### Work task
Within the material below, filter for lines that hold the word "Rectangle".

### Input data
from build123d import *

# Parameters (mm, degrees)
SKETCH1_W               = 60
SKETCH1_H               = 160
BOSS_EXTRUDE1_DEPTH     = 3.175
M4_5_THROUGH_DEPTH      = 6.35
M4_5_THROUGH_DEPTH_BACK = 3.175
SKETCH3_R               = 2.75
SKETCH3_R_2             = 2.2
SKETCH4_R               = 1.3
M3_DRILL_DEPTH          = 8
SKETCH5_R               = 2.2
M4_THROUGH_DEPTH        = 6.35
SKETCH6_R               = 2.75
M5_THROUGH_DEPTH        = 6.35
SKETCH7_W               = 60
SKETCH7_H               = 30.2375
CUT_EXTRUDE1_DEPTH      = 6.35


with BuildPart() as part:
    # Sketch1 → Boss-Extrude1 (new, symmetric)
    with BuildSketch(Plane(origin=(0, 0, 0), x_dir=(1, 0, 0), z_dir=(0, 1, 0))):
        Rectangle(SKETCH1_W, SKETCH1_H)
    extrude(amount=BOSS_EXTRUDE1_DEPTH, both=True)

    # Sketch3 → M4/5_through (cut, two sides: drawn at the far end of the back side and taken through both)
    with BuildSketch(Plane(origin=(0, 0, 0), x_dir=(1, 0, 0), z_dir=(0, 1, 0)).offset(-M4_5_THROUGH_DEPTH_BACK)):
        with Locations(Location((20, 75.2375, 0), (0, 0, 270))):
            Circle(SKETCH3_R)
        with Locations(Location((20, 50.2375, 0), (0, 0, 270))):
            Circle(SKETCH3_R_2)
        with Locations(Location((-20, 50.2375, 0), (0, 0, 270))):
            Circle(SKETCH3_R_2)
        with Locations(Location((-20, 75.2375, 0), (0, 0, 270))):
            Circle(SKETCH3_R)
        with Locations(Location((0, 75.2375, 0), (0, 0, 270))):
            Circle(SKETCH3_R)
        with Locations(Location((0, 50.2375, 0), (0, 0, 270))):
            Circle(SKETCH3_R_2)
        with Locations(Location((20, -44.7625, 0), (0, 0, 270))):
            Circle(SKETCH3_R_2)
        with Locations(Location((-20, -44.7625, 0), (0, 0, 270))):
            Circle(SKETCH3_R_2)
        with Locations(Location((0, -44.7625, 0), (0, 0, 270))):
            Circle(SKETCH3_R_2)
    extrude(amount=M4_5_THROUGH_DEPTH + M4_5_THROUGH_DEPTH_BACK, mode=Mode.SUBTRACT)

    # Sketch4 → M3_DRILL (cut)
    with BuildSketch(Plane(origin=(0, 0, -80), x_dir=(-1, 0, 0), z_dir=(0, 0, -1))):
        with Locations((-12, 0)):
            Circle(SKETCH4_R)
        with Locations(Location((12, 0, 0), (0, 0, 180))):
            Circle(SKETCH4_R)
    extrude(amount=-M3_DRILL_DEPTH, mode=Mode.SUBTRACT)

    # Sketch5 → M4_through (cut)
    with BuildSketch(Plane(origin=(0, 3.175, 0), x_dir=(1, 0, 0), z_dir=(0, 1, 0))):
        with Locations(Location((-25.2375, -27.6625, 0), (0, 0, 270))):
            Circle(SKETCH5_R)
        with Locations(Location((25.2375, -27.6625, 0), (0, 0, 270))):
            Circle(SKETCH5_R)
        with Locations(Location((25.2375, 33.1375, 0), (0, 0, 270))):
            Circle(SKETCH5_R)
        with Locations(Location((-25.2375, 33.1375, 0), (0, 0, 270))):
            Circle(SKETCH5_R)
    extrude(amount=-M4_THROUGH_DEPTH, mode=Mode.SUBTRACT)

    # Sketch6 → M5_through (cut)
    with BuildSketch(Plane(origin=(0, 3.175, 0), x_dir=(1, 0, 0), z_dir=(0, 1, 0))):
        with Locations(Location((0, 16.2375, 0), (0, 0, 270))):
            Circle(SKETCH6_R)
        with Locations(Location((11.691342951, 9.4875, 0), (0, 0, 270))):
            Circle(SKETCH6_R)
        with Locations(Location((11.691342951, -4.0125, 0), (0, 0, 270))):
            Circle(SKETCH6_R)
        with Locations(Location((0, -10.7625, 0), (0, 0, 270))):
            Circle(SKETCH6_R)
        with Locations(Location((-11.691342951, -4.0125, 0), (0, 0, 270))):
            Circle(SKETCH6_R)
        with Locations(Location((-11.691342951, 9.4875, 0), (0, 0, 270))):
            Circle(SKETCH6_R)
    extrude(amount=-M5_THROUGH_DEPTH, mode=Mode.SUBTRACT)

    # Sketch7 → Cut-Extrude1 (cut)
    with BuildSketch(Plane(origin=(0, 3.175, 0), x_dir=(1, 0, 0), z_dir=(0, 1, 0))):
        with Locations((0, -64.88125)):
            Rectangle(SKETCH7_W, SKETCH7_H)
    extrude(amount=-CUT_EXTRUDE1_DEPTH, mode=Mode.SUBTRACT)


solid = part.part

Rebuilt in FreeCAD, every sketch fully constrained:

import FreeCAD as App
import Part
import Sketcher
from FreeCAD import Vector
Q = App.Units.Quantity


def add_polygon(sketch, points):
    """Adds a closed chain of lines whose ends are joined by coincident constraints."""
    first, n = sketch.GeometryCount, len(points)
    for a, b in zip(points, points[1:] + points[:1]):
        sketch.addGeometry(Part.LineSegment(App.Vector(*a, 0), App.Vector(*b, 0)), False)
    for i in range(n):
        sketch.addConstraint(Sketcher.Constraint("Coincident", first + i, 2, first + (i + 1) % n, 1))

doc = App.newDocument("Part")
body = doc.addObject("PartDesign::Body", "Body")

# Sketch on XZ plane
sketch1 = body.newObject("Sketcher::SketchObject", "Sketch")
sketch1.AttachmentSupport = (doc.getObject("XZ_Plane"), [""])
sketch1.MapMode = "FlatFace"
add_polygon(sketch1, [(-30, -80), (-30, 80), (30, 80), (30, -80)])  # lines 0-3
sketch1.addConstraint([
    Sketcher.Constraint("Vertical", 0),
    Sketcher.Constraint("Horizontal", 1),
    Sketcher.Constraint("Vertical", 2),
    Sketcher.Constraint("Horizontal", 3),
    Sketcher.Constraint("Symmetric", 0, 2, 2, 2, -1, 1),
    Sketcher.Constraint("DistanceX", 1, 1, 1, 2, Q("60 mm")),
    Sketcher.Constraint("DistanceY", 0, 1, 0, 2, Q("160 mm")),
])
pad1 = body.newObject("PartDesign::Pad", "Pad")
pad1.Profile = sketch1
pad1.Length = 6.35
pad1.Midplane = True

# Sketch on XZ plane
sketch2 = body.newObject("Sketcher::SketchObject", "Sketch001")
sketch2.AttachmentSupport = (doc.getObject("XZ_Plane"), [""])
sketch2.MapMode = "FlatFace"
sketch2.addGeometry([
    Part.Circle(Vector(20, -75.2, 0), Vector(0, 0, 1), 2.8),  # 0
    Part.Circle(Vector(20, -50.2, 0), Vector(0, 0, 1), 2.2),  # 1
    Part.Circle(Vector(-20, -50.2, 0), Vector(0, 0, 1), 2.2),  # 2
    Part.Circle(Vector(-20, -75.2, 0), Vector(0, 0, 1), 2.8),  # 3
    Part.Circle(Vector(0, -75.2, 0), Vector(0, 0, 1), 2.8),  # 4
    Part.Circle(Vector(0, -50.2, 0), Vector(0, 0, 1), 2.2),  # 5
    Part.Circle(Vector(20, 44.8, 0), Vector(0, 0, 1), 2.2),  # 6
    Part.Circle(Vector(-20, 44.8, 0), Vector(0, 0, 1), 2.2),  # 7
    Part.Circle(Vector(0, 44.8, 0), Vector(0, 0, 1), 2.2),  # 8
], False)
sketch2.addConstraint([
    Sketcher.Constraint("Equal", 1, 2),
    Sketcher.Constraint("Equal", 0, 3),
    Sketcher.Constraint("Equal", 3, 4),
    Sketcher.Constraint("Equal", 2, 5),
    Sketcher.Constraint("Equal", 5, 6),
    Sketcher.Constraint("Equal", 6, 7),
    Sketcher.Constraint("Equal", 7, 8),
    Sketcher.Constraint("Symmetric", 1, 3, 2, 3, -2),
    Sketcher.Constraint("Symmetric", 0, 3, 3, 3, -2),
    Sketcher.Constraint("Symmetric", 6, 3, 7, 3, -2),
    Sketcher.Constraint("PointOnObject", 4, 3, -2),
    Sketcher.Constraint("PointOnObject", 5, 3, -2),
    Sketcher.Constraint("PointOnObject", 8, 3, -2),
    Sketcher.Constraint("Horizontal", 3, 3, 4, 3),
    Sketcher.Constraint("Horizontal", 2, 3, 5, 3),
    Sketcher.Constraint("Horizontal", 7, 3, 8, 3),
    Sketcher.Constraint("Vertical", 0, 3, 1, 3),
    Sketcher.Constraint("Vertical", 1, 3, 6, 3),
    Sketcher.Constraint("Diameter", 0, Q("5.5 mm")),
    Sketcher.Constraint("Diameter", 1, Q("4.4 mm")),
    Sketcher.Constraint("DistanceX", -1, 1, 0, 3, Q("20 mm")),
    Sketcher.Constraint("DistanceY", 0, 3, 1, 3, Q("25 mm")),
    Sketcher.Constraint("DistanceY", 1, 3, 6, 3, Q("95 mm")),
    Sketcher.Constraint("DistanceY", 0, 3, -1, 1, Q("75.2375 mm")),
])
pocket1 = body.newObject("PartDesign::Pocket", "Pocket")
pocket1.Profile = sketch2
pocket1.Type = "ThroughAll"
pocket1.Midplane = True

# Sketch on XY plane
sketch3 = body.newObject("Sketcher::SketchObject", "Sketch002")
sketch3.AttachmentSupport = (doc.getObject("XY_Plane"), [""])
sketch3.MapMode = "FlatFace"
sketch3.AttachmentOffset = App.Placement(Vector(0, 0, -80), App.Rotation())
sketch3.addGeometry([
    Part.Circle(Vector(12, 0, 0), Vector(0, 0, 1), 1.3),
    Part.Circle(Vector(-12, 0, 0), Vector(0, 0, 1), 1.3),
], False)
sketch3.addConstraint([
    Sketcher.Constraint("Equal", 0, 1),
    Sketcher.Constraint("Symmetric", 0, 3, 1, 3, -1, 1),
    Sketcher.Constraint("PointOnObject", 0, 3, -1),
    Sketcher.Constraint("Diameter", 0, Q("2.6 mm")),
    Sketcher.Constraint("DistanceX", -1, 1, 0, 3, Q("12 mm")),
])
pocket2 = body.newObject("PartDesign::Pocket", "Pocket001")
pocket2.Profile = sketch3
pocket2.Length = 8
pocket2.Reversed = True

# Sketch on XZ plane
sketch4 = body.newObject("Sketcher::SketchObject", "Sketch003")
sketch4.AttachmentSupport = (doc.getObject("XZ_Plane"), [""])
sketch4.MapMode = "FlatFace"
sketch4.AttachmentOffset = App.Placement(Vector(0, 0, -3.175), App.Rotation())
sketch4.addGeometry([
    Part.Circle(Vector(-25.2, 27.7, 0), Vector(0, 0, 1), 2.2),
    Part.Circle(Vector(25.2, 27.7, 0), Vector(0, 0, 1), 2.2),
    Part.Circle(Vector(25.2, -33.1, 0), Vector(0, 0, 1), 2.2),
    Part.Circle(Vector(-25.2, -33.1, 0), Vector(0, 0, 1), 2.2),
], False)
sketch4.addConstraint([
    Sketcher.Constraint("Equal", 0, 1),
    Sketcher.Constraint("Equal", 1, 2),
    Sketcher.Constraint("Equal", 2, 3),
    Sketcher.Constraint("Symmetric", 0, 3, 1, 3, -2),
    Sketcher.Constraint("Symmetric", 2, 3, 3, 3, -2),
    Sketcher.Constraint("Vertical", 1, 3, 2, 3),
    Sketcher.Constraint("Diameter", 0, Q("4.4 mm")),
    Sketcher.Constraint("DistanceY", 2, 3, 1, 3, Q("60.8 mm")),
    Sketcher.Constraint("DistanceX", 0, 3, 1, 3, Q("50.475 mm")),
    Sketcher.Constraint("DistanceY", -1, 1, 0, 3, Q("27.6625 mm")),
])
pocket3 = body.newObject("PartDesign::Pocket", "Pocket002")
pocket3.Profile = sketch4
pocket3.Length = 6.35
pocket3.Reversed = True

# Sketch on XZ plane
sketch5 = body.newObject("Sketcher::SketchObject", "Sketch004")
sketch5.AttachmentSupport = (doc.getObject("XZ_Plane"), [""])
sketch5.MapMode = "FlatFace"
sketch5.AttachmentOffset = App.Placement(Vector(0, 0, -3.175), App.Rotation())
sketch5.addGeometry([
    Part.Circle(Vector(0, -16.2, 0), Vector(0, 0, 1), 2.8),  # 0
    Part.Circle(Vector(11.7, -9.5, 0), Vector(0, 0, 1), 2.8),  # 1
    Part.Circle(Vector(11.7, 4, 0), Vector(0, 0, 1), 2.8),  # 2
    Part.Circle(Vector(0, 10.8, 0), Vector(0, 0, 1), 2.8),  # 3
    Part.Circle(Vector(-11.7, 4, 0), Vector(0, 0, 1), 2.8),  # 4
    Part.Circle(Vector(-11.7, -9.5, 0), Vector(0, 0, 1), 2.8),  # 5
], False)
sketch5.addConstraint([
    Sketcher.Constraint("Equal", 0, 1),
    Sketcher.Constraint("Equal", 1, 2),
    Sketcher.Constraint("Equal", 2, 3),
    Sketcher.Constraint("Equal", 3, 4),
    Sketcher.Constraint("Equal", 4, 5),
    Sketcher.Constraint("Symmetric", 2, 3, 4, 3, -2),
    Sketcher.Constraint("Symmetric", 1, 3, 5, 3, -2),
    Sketcher.Constraint("PointOnObject", 0, 3, -2),
    Sketcher.Constraint("PointOnObject", 3, 3, -2),
    Sketcher.Constraint("Vertical", 1, 3, 2, 3),
    Sketcher.Constraint("Diameter", 0, Q("5.5 mm")),
    Sketcher.Constraint("DistanceY", 0, 3, 3, 3, Q("27 mm")),
    Sketcher.Constraint("DistanceY", 1, 3, 2, 3, Q("13.5 mm")),
    Sketcher.Constraint("DistanceY", 0, 3, 1, 3, Q("6.75 mm")),
    Sketcher.Constraint("DistanceY", 0, 3, -1, 1, Q("16.2375 mm")),
    Sketcher.Constraint("DistanceX", -1, 1, 1, 3, Q("11.691343 mm")),
])
pocket4 = body.newObject("PartDesign::Pocket", "Pocket003")
pocket4.Profile = sketch5
pocket4.Length = 6.35
pocket4.Reversed = True

# Sketch on XZ plane
sketch6 = body.newObject("Sketcher::SketchObject", "Sketch005")
sketch6.AttachmentSupport = (doc.getObject("XZ_Plane"), [""])
sketch6.MapMode = "FlatFace"
sketch6.AttachmentOffset = App.Placement(Vector(0, 0, -3.175), App.Rotation())
add_polygon(sketch6, [(-30, 50), (-30, 80), (30, 80), (30, 50)])  # lines 0-3
sketch6.addConstraint([
    Sketcher.Constraint("Vertical", 0),
    Sketcher.Constraint("Horizontal", 1),
    Sketcher.Constraint("Vertical", 2),
    Sketcher.Constraint("Horizontal", 3),
    Sketcher.Constraint("DistanceX", 1, 1, 1, 2, Q("60 mm")),
    Sketcher.Constraint("DistanceX", 0, 2, -1, 1, Q("30 mm")),
    Sketcher.Constraint("DistanceY", -1, 1, 0, 2, Q("80 mm")),
    Sketcher.Constraint("DistanceY", 0, 1, 0, 2, Q("30.2375 mm")),
])
pocket5 = body.newObject("PartDesign::Pocket", "Pocket004")
pocket5.Profile = sketch6
pocket5.Length = 6.35
pocket5.Reversed = True

doc.recompute()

### Output of the task
        Rectangle(SKETCH1_W, SKETCH1_H)
            Rectangle(SKETCH7_W, SKETCH7_H)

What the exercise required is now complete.